----- Material for this task -----

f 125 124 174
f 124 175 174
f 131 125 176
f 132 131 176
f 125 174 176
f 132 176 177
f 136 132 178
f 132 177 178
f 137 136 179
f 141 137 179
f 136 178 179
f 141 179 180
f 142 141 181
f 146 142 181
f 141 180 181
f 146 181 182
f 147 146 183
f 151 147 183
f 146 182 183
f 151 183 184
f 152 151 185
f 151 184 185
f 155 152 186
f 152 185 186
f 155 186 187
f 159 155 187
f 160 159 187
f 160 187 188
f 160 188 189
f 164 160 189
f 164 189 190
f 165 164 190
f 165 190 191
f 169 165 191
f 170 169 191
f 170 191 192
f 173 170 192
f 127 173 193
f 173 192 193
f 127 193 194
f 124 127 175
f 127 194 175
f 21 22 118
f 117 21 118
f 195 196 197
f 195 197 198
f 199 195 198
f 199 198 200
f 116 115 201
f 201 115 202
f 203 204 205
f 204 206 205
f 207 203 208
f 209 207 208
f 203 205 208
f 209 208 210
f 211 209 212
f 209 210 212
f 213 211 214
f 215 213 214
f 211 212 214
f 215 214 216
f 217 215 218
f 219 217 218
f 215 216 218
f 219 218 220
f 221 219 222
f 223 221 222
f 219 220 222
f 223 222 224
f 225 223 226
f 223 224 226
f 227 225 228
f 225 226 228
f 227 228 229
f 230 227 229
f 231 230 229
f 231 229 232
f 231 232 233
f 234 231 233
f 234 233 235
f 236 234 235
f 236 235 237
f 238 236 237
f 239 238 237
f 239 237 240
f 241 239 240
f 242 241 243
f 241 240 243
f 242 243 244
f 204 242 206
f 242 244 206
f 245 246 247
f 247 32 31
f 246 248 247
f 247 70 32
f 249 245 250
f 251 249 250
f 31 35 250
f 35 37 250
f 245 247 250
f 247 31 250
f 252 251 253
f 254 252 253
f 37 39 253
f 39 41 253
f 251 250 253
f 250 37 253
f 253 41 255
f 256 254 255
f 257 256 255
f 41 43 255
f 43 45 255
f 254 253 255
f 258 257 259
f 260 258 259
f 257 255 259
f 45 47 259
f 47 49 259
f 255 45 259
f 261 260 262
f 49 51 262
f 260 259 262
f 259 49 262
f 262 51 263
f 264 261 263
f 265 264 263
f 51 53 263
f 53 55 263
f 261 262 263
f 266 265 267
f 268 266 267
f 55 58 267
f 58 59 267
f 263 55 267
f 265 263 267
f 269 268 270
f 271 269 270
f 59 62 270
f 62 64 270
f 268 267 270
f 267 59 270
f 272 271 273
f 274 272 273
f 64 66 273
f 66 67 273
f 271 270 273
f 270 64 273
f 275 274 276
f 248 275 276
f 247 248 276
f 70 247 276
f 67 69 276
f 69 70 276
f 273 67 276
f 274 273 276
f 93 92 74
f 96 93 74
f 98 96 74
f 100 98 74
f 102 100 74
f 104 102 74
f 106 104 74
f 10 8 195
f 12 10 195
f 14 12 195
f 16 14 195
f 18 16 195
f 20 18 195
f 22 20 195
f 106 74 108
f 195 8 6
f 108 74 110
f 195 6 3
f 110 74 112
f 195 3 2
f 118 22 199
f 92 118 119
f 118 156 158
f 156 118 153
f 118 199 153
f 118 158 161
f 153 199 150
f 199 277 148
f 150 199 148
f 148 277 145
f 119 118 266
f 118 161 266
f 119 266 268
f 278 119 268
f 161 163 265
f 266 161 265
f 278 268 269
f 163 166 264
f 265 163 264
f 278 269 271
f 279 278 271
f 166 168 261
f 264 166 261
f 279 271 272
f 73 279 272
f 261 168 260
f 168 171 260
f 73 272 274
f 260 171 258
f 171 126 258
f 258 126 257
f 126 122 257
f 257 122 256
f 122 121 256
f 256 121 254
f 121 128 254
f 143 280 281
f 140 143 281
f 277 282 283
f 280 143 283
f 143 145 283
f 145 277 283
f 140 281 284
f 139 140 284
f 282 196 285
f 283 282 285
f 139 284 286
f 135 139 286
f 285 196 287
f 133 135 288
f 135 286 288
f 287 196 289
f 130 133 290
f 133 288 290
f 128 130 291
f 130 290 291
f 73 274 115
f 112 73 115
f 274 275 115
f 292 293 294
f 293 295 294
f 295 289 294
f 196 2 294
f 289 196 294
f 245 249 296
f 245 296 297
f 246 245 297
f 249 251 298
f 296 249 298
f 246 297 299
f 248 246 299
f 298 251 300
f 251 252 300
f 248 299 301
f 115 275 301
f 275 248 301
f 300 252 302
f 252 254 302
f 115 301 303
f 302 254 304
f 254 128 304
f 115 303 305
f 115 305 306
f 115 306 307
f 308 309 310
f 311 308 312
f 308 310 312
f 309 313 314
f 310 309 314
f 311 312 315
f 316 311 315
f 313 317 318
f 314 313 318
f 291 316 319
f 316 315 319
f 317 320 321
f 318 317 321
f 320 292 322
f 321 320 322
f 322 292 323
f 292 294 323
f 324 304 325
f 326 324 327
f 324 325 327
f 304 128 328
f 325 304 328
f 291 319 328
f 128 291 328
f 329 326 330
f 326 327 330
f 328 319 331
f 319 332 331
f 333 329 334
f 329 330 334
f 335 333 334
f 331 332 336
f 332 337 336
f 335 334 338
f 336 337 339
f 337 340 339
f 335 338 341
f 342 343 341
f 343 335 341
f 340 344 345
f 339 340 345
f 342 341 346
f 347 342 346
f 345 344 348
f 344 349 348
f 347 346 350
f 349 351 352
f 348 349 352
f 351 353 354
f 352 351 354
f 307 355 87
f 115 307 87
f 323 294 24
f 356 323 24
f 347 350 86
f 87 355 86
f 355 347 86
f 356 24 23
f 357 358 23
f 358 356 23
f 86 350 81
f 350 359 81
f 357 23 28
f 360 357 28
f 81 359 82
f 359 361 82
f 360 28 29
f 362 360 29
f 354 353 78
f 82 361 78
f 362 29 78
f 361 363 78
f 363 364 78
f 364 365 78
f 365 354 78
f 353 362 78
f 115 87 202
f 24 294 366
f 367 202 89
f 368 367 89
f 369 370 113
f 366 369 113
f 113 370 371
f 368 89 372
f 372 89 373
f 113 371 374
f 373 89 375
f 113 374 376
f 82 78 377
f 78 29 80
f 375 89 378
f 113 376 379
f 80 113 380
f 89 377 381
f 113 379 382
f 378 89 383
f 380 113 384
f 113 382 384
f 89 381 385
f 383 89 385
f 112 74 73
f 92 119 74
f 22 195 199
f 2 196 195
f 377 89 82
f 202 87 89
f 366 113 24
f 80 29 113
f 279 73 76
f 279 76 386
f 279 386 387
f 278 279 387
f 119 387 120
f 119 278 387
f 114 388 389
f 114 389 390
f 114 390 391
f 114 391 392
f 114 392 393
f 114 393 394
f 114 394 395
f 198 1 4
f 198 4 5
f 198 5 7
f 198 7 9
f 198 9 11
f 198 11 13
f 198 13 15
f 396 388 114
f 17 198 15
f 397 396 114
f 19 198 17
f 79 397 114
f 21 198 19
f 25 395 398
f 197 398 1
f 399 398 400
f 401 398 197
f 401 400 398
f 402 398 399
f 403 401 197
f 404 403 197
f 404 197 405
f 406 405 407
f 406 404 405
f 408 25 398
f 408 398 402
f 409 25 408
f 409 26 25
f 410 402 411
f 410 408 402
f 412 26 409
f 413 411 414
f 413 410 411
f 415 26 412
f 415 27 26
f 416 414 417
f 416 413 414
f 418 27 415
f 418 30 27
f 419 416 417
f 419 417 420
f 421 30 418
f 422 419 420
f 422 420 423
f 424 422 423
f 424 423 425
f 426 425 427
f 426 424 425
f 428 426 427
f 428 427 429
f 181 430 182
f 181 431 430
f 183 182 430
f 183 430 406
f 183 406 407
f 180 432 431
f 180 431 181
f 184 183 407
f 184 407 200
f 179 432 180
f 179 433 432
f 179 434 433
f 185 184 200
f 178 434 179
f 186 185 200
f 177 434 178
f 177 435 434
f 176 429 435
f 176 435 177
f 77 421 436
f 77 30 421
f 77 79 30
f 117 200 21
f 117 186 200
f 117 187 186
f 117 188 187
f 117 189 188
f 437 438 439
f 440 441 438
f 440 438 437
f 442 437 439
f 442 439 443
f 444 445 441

-----

Retype the portion of the data above that starts on the line with "f 236 235 237" and finishes on the line with "f 135 286 288", including both of those lines.

f 236 235 237
f 238 236 237
f 239 238 237
f 239 237 240
f 241 239 240
f 242 241 243
f 241 240 243
f 242 243 244
f 204 242 206
f 242 244 206
f 245 246 247
f 247 32 31
f 246 248 247
f 247 70 32
f 249 245 250
f 251 249 250
f 31 35 250
f 35 37 250
f 245 247 250
f 247 31 250
f 252 251 253
f 254 252 253
f 37 39 253
f 39 41 253
f 251 250 253
f 250 37 253
f 253 41 255
f 256 254 255
f 257 256 255
f 41 43 255
f 43 45 255
f 254 253 255
f 258 257 259
f 260 258 259
f 257 255 259
f 45 47 259
f 47 49 259
f 255 45 259
f 261 260 262
f 49 51 262
f 260 259 262
f 259 49 262
f 262 51 263
f 264 261 263
f 265 264 263
f 51 53 263
f 53 55 263
f 261 262 263
f 266 265 267
f 268 266 267
f 55 58 267
f 58 59 267
f 263 55 267
f 265 263 267
f 269 268 270
f 271 269 270
f 59 62 270
f 62 64 270
f 268 267 270
f 267 59 270
f 272 271 273
f 274 272 273
f 64 66 273
f 66 67 273
f 271 270 273
f 270 64 273
f 275 274 276
f 248 275 276
f 247 248 276
f 70 247 276
f 67 69 276
f 69 70 276
f 273 67 276
f 274 273 276
f 93 92 74
f 96 93 74
f 98 96 74
f 100 98 74
f 102 100 74
f 104 102 74
f 106 104 74
f 10 8 195
f 12 10 195
f 14 12 195
f 16 14 195
f 18 16 195
f 20 18 195
f 22 20 195
f 106 74 108
f 195 8 6
f 108 74 110
f 195 6 3
f 110 74 112
f 195 3 2
f 118 22 199
f 92 118 119
f 118 156 158
f 156 118 153
f 118 199 153
f 118 158 161
f 153 199 150
f 199 277 148
f 150 199 148
f 148 277 145
f 119 118 266
f 118 161 266
f 119 266 268
f 278 119 268
f 161 163 265
f 266 161 265
f 278 268 269
f 163 166 264
f 265 163 264
f 278 269 271
f 279 278 271
f 166 168 261
f 264 166 261
f 279 271 272
f 73 279 272
f 261 168 260
f 168 171 260
f 73 272 274
f 260 171 258
f 171 126 258
f 258 126 257
f 126 122 257
f 257 122 256
f 122 121 256
f 256 121 254
f 121 128 254
f 143 280 281
f 140 143 281
f 277 282 283
f 280 143 283
f 143 145 283
f 145 277 283
f 140 281 284
f 139 140 284
f 282 196 285
f 283 282 285
f 139 284 286
f 135 139 286
f 285 196 287
f 133 135 288
f 135 286 288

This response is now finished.